* _THE PROBLEM_: After locating the line that contains "f 227 228 316" in the records below, write out exactly that line and each line after it through the one that contains "f 107 45 46", and nothing else.

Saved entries
BEGIN

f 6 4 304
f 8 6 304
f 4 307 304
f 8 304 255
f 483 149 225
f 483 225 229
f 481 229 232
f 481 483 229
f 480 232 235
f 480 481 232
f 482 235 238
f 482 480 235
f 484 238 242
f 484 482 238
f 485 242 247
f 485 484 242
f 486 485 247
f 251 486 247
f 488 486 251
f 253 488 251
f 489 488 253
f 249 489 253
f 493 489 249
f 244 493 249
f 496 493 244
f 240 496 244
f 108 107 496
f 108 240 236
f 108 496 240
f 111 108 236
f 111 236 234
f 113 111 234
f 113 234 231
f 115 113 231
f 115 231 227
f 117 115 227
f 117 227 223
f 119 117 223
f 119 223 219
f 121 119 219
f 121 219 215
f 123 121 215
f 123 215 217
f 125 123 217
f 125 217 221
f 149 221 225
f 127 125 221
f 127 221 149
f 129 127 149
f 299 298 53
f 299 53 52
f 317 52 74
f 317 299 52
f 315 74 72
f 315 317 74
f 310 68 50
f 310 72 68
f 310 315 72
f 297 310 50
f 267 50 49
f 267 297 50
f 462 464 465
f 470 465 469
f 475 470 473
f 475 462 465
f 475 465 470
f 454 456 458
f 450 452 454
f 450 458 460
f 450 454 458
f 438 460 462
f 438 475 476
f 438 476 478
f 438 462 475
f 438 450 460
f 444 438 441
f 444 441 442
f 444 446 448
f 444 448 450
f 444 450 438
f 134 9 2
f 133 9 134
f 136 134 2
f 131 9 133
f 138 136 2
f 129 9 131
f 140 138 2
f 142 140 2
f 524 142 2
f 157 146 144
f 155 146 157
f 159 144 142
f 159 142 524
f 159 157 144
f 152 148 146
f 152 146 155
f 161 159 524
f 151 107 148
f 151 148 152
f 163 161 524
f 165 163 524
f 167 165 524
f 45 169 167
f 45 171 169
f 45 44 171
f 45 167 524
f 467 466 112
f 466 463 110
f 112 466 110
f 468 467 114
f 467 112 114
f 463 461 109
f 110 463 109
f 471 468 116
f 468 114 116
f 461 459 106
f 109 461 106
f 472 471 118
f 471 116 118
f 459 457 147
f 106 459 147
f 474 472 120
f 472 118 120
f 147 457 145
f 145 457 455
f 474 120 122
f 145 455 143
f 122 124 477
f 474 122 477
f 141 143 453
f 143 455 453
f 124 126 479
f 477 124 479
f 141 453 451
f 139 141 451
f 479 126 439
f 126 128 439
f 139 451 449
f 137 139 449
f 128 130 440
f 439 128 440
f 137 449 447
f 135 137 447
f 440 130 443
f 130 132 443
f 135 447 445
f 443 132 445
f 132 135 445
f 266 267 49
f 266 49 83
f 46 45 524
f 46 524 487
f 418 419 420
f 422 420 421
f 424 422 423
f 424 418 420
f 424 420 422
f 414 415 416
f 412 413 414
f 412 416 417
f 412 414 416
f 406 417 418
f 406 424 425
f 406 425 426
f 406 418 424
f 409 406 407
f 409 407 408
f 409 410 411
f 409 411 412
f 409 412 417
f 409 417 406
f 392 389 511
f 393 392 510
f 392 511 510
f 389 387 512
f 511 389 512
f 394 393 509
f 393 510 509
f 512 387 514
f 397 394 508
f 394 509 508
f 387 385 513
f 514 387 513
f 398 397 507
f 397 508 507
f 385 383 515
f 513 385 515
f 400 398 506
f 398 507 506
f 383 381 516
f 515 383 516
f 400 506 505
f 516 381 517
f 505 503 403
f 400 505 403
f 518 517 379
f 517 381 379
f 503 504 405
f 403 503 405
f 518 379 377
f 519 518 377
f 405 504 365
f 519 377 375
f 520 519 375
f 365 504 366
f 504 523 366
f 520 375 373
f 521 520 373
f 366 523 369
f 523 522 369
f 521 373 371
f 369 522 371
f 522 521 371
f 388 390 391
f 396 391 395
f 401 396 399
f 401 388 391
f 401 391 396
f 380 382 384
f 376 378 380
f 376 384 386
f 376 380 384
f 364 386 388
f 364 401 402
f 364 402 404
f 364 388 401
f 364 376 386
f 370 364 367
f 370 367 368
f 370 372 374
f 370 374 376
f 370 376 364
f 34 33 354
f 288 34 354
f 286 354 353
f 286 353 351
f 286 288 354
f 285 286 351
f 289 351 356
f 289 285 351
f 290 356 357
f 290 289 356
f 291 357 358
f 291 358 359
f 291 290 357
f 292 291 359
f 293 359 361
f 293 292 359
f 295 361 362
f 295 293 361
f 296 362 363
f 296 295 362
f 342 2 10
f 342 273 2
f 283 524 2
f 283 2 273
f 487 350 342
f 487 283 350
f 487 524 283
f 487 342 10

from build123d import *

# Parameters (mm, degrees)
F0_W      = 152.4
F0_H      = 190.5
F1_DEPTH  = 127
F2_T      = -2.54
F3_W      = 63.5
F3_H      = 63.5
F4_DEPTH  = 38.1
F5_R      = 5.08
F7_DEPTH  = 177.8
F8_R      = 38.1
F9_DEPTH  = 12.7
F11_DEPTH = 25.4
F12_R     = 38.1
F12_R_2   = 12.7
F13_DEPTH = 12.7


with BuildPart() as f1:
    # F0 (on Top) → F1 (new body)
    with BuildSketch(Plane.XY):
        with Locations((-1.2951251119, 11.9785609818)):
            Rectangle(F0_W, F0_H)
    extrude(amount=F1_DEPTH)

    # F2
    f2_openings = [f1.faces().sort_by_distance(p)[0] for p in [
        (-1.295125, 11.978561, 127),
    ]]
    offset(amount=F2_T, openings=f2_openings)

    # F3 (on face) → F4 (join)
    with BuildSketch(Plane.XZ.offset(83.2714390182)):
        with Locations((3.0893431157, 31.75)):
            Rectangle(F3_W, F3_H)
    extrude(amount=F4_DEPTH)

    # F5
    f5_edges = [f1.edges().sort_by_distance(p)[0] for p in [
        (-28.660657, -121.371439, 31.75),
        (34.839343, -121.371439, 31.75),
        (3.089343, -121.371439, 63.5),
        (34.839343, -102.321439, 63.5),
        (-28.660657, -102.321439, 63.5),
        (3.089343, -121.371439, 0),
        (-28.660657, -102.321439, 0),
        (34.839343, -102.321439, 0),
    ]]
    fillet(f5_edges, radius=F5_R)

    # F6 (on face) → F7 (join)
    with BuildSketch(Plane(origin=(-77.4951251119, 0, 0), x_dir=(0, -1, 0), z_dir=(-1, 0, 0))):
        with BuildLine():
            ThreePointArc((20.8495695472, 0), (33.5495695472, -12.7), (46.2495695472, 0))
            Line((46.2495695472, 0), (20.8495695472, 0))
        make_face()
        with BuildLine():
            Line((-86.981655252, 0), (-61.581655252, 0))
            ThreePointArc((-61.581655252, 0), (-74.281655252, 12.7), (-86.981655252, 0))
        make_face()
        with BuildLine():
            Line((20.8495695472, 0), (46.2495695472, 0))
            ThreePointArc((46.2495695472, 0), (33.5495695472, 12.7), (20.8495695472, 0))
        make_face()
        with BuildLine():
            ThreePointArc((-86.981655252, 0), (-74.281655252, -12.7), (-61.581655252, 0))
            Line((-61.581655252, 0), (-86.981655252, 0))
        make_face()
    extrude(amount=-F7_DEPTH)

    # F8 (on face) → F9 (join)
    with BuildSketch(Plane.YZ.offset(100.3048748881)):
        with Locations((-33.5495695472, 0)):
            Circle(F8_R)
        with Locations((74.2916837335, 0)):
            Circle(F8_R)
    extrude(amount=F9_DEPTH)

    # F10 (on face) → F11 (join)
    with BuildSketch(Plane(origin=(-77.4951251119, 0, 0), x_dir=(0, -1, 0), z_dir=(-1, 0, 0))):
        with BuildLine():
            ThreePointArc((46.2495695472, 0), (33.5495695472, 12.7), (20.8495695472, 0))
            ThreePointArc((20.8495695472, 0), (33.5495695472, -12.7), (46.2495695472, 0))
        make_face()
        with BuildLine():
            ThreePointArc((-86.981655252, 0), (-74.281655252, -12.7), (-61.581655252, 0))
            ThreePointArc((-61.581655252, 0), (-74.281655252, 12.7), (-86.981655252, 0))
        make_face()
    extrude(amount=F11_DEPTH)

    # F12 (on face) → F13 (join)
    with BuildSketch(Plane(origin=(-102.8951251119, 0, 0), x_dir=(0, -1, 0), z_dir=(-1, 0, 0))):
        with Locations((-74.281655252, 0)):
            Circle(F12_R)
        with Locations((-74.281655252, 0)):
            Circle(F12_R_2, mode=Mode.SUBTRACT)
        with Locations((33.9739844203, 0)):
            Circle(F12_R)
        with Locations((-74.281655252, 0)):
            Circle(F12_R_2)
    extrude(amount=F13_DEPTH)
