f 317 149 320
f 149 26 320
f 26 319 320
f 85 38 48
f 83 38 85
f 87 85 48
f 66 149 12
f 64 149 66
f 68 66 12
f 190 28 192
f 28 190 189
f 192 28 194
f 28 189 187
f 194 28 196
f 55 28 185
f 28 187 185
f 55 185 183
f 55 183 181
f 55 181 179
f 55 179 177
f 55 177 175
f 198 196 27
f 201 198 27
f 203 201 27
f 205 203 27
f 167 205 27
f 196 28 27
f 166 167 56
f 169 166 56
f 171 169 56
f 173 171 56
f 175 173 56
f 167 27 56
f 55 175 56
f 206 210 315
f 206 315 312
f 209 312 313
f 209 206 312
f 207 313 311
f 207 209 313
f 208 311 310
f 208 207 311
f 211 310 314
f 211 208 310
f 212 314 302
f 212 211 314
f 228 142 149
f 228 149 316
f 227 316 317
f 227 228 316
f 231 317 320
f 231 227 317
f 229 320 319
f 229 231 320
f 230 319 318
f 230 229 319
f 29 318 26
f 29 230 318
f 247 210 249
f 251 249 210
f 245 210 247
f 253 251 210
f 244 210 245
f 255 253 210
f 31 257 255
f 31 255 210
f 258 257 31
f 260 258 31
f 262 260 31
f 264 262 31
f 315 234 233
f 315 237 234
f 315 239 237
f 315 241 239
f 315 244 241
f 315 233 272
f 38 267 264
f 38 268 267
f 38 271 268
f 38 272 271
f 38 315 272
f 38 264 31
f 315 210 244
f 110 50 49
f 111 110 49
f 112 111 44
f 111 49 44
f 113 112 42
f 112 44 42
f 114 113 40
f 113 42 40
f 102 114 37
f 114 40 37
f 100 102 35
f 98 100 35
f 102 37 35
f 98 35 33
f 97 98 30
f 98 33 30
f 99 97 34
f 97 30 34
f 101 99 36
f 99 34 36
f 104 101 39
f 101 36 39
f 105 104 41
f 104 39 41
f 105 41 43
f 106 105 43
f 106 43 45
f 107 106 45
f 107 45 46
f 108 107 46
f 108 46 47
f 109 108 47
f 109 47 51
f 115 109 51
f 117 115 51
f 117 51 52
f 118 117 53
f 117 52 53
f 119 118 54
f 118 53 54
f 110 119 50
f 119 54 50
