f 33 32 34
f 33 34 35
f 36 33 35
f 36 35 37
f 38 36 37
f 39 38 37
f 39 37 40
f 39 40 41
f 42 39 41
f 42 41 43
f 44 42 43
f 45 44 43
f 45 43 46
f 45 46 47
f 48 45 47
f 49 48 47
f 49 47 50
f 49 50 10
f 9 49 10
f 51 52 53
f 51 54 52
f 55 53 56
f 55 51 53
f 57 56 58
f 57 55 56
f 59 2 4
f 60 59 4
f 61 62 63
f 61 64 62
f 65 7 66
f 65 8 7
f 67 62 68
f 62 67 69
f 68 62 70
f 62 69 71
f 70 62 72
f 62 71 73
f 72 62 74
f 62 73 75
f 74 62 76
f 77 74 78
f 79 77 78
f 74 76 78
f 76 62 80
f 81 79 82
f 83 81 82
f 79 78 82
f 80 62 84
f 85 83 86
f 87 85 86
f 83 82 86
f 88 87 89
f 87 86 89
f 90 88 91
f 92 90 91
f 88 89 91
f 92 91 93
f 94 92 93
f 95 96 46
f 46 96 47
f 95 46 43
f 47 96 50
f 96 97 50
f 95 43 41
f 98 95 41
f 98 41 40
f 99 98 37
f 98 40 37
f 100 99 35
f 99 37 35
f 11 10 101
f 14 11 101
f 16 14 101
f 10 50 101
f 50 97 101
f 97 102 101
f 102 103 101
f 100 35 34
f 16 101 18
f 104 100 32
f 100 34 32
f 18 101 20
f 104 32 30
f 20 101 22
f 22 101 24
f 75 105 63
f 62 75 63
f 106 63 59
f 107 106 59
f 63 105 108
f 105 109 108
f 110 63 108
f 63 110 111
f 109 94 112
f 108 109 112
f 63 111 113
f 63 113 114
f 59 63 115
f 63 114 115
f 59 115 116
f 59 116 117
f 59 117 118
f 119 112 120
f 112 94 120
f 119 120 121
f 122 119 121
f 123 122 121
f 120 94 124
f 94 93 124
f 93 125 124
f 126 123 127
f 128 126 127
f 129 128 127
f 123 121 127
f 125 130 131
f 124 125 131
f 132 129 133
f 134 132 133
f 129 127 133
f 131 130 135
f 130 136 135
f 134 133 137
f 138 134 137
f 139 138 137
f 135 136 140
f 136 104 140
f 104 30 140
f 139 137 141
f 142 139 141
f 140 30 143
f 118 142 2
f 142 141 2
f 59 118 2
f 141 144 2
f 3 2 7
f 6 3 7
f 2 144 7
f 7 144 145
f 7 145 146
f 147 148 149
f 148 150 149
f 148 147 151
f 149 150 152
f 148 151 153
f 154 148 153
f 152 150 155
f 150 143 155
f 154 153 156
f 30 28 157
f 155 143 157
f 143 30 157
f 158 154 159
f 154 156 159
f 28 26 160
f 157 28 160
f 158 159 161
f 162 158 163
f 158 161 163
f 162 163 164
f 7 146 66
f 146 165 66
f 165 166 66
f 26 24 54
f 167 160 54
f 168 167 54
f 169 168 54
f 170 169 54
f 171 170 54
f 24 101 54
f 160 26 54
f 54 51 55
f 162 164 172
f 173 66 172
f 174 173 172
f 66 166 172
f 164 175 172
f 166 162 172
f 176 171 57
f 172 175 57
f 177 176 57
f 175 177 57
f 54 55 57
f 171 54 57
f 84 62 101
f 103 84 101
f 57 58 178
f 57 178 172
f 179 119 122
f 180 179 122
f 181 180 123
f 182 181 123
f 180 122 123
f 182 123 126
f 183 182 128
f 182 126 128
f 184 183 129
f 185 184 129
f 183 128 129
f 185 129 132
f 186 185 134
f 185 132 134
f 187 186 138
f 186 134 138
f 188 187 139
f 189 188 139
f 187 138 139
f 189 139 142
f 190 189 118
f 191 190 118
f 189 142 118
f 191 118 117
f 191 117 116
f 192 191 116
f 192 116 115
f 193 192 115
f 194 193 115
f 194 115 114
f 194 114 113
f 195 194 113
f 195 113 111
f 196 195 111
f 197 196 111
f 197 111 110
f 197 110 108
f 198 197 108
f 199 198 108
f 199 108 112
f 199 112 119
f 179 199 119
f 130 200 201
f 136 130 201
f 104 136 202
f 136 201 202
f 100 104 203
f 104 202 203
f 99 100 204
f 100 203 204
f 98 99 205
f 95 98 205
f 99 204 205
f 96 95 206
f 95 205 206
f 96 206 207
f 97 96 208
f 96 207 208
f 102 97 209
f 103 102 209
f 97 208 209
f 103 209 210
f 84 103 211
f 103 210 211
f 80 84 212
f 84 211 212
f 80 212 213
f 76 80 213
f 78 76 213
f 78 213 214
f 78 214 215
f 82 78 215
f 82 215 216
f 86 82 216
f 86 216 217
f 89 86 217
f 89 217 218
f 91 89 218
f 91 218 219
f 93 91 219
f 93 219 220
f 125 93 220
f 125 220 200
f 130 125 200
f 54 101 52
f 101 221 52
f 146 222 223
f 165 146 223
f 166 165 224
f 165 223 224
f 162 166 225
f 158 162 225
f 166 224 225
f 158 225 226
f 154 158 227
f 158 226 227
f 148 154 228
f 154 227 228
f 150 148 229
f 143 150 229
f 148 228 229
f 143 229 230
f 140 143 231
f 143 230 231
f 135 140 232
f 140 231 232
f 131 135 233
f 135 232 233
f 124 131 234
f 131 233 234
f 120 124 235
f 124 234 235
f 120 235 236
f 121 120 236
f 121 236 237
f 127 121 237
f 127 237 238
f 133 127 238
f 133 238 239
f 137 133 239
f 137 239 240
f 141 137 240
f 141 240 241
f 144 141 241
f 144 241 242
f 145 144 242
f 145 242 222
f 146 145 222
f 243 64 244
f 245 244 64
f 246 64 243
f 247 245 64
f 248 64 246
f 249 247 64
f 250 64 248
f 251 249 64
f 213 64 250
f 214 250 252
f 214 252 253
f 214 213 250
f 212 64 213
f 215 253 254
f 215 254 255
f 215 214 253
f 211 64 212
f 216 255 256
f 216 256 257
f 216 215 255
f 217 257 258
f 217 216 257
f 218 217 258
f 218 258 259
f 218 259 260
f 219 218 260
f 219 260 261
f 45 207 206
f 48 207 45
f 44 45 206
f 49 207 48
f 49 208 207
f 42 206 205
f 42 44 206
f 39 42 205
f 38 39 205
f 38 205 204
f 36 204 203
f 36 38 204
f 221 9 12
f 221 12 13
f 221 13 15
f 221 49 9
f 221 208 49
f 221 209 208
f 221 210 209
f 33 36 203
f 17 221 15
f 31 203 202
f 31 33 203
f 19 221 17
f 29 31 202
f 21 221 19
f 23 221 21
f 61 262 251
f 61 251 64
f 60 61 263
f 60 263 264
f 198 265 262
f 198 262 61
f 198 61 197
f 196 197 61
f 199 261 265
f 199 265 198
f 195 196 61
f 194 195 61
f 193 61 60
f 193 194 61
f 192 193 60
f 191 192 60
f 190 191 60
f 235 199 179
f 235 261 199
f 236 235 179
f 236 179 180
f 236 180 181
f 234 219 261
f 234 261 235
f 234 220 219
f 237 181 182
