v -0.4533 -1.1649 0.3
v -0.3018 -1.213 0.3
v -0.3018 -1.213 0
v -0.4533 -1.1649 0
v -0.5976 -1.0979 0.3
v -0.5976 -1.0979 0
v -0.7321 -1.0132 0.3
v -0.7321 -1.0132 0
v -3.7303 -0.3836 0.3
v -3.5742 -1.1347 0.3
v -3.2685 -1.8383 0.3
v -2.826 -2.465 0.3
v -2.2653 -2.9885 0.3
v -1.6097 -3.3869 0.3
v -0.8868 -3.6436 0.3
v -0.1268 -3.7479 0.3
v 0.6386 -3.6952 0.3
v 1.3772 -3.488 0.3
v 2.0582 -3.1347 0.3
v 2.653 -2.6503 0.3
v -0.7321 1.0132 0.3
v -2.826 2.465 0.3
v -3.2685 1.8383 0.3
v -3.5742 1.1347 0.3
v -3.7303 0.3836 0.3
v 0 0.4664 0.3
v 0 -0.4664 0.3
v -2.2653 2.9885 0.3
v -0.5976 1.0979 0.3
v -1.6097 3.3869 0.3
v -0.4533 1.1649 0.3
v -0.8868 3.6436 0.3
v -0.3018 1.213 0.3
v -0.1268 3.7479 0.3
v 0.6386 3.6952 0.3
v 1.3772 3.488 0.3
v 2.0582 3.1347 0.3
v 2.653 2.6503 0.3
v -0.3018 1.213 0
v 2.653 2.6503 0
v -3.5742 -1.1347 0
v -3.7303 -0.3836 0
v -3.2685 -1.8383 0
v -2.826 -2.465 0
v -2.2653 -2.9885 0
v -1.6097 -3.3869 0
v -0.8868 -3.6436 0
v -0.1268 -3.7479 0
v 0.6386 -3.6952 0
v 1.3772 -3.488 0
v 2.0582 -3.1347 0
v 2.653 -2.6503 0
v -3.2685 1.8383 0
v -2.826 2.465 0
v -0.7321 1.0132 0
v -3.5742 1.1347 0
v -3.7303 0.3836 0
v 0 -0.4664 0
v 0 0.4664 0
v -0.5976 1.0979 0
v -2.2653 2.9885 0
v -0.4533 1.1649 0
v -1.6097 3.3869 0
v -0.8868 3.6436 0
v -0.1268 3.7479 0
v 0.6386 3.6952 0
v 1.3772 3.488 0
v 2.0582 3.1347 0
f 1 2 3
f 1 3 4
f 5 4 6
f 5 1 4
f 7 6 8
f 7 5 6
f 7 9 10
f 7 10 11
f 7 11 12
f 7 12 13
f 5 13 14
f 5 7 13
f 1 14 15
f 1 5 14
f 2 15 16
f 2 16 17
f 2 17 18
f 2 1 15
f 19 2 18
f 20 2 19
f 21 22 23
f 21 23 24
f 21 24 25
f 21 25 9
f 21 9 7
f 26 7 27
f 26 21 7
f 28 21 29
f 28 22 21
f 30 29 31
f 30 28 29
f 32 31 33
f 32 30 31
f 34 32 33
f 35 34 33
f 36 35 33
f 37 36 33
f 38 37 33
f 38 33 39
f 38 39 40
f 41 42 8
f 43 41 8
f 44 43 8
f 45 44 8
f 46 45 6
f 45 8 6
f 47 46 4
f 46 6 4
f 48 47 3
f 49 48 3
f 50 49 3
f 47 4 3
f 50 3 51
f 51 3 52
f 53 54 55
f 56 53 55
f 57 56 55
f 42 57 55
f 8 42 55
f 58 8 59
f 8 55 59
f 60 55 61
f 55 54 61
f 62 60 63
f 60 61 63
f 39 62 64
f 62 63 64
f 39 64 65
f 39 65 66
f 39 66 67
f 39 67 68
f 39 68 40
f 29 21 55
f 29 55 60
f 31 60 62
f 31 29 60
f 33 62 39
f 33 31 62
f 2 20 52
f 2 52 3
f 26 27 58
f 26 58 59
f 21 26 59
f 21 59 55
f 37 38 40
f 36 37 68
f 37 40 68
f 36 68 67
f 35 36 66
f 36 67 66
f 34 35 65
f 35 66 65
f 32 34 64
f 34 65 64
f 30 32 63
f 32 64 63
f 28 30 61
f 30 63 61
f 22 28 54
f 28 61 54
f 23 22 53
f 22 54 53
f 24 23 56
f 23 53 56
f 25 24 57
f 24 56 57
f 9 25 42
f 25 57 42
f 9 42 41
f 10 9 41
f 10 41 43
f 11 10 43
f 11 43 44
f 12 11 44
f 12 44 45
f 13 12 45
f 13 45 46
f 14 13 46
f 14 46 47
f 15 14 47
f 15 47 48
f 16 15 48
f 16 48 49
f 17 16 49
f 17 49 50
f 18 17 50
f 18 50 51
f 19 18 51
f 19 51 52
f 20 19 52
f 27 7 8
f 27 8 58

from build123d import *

# Parameters (mm, degrees)
SKETCH1_R           = 3.75
BOSS_EXTRUDE1_DEPTH = 0.3
CUT_EXTRUDE2_DEPTH  = 1.3


with BuildPart() as part:
    # Sketch1 → Boss-Extrude1 (new body)
    with BuildSketch(Plane.XY):
        Circle(SKETCH1_R)
    extrude(amount=BOSS_EXTRUDE1_DEPTH)

    # Sketch2 → Cut-Extrude2 (cut, through all)
    with BuildSketch(Plane.XY.offset(0.3)):
        with BuildLine():
            Line((0, 0.466411964), (-0.73212486, 1.013160002))
            ThreePointArc((-0.73212486, 1.013160002), (-0.526515635, 1.133702468), (-0.301764614, 1.21302849))
            Line((-0.301764614, 1.21302849), (2.653016072, 2.650284083))
            ThreePointArc((2.653016072, 2.650284083), (3.75, 0), (2.653016072, -2.650284083))
            Line((2.653016072, -2.650284083), (-0.301764614, -1.21302849))
            ThreePointArc((-0.301764614, -1.21302849), (-0.526515635, -1.133702468), (-0.73212486, -1.013160002))
            Line((-0.73212486, -1.013160002), (0, -0.466411964))
            Line((0, -0.466411964), (0, 0.466411964))
        make_face()
    extrude(amount=-CUT_EXTRUDE2_DEPTH, mode=Mode.SUBTRACT)


solid = part.part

END

* _EXERCISE ANSWER_:
f 227 228 316
f 231 317 320
f 231 227 317
f 229 320 319
f 229 231 320
f 230 319 318
f 230 229 319
f 29 318 26
f 29 230 318
f 247 210 249
f 251 249 210
f 245 210 247
f 253 251 210
f 244 210 245
f 255 253 210
f 31 257 255
f 31 255 210
f 258 257 31
f 260 258 31
f 262 260 31
f 264 262 31
f 315 234 233
f 315 237 234
f 315 239 237
f 315 241 239
f 315 244 241
f 315 233 272
f 38 267 264
f 38 268 267
f 38 271 268
f 38 272 271
f 38 315 272
f 38 264 31
f 315 210 244
f 110 50 49
f 111 110 49
f 112 111 44
f 111 49 44
f 113 112 42
f 112 44 42
f 114 113 40
f 113 42 40
f 102 114 37
f 114 40 37
f 100 102 35
f 98 100 35
f 102 37 35
f 98 35 33
f 97 98 30
f 98 33 30
f 99 97 34
f 97 30 34
f 101 99 36
f 99 34 36
f 104 101 39
f 101 36 39
f 105 104 41
f 104 39 41
f 105 41 43
f 106 105 43
f 106 43 45
f 107 106 45
f 107 45 46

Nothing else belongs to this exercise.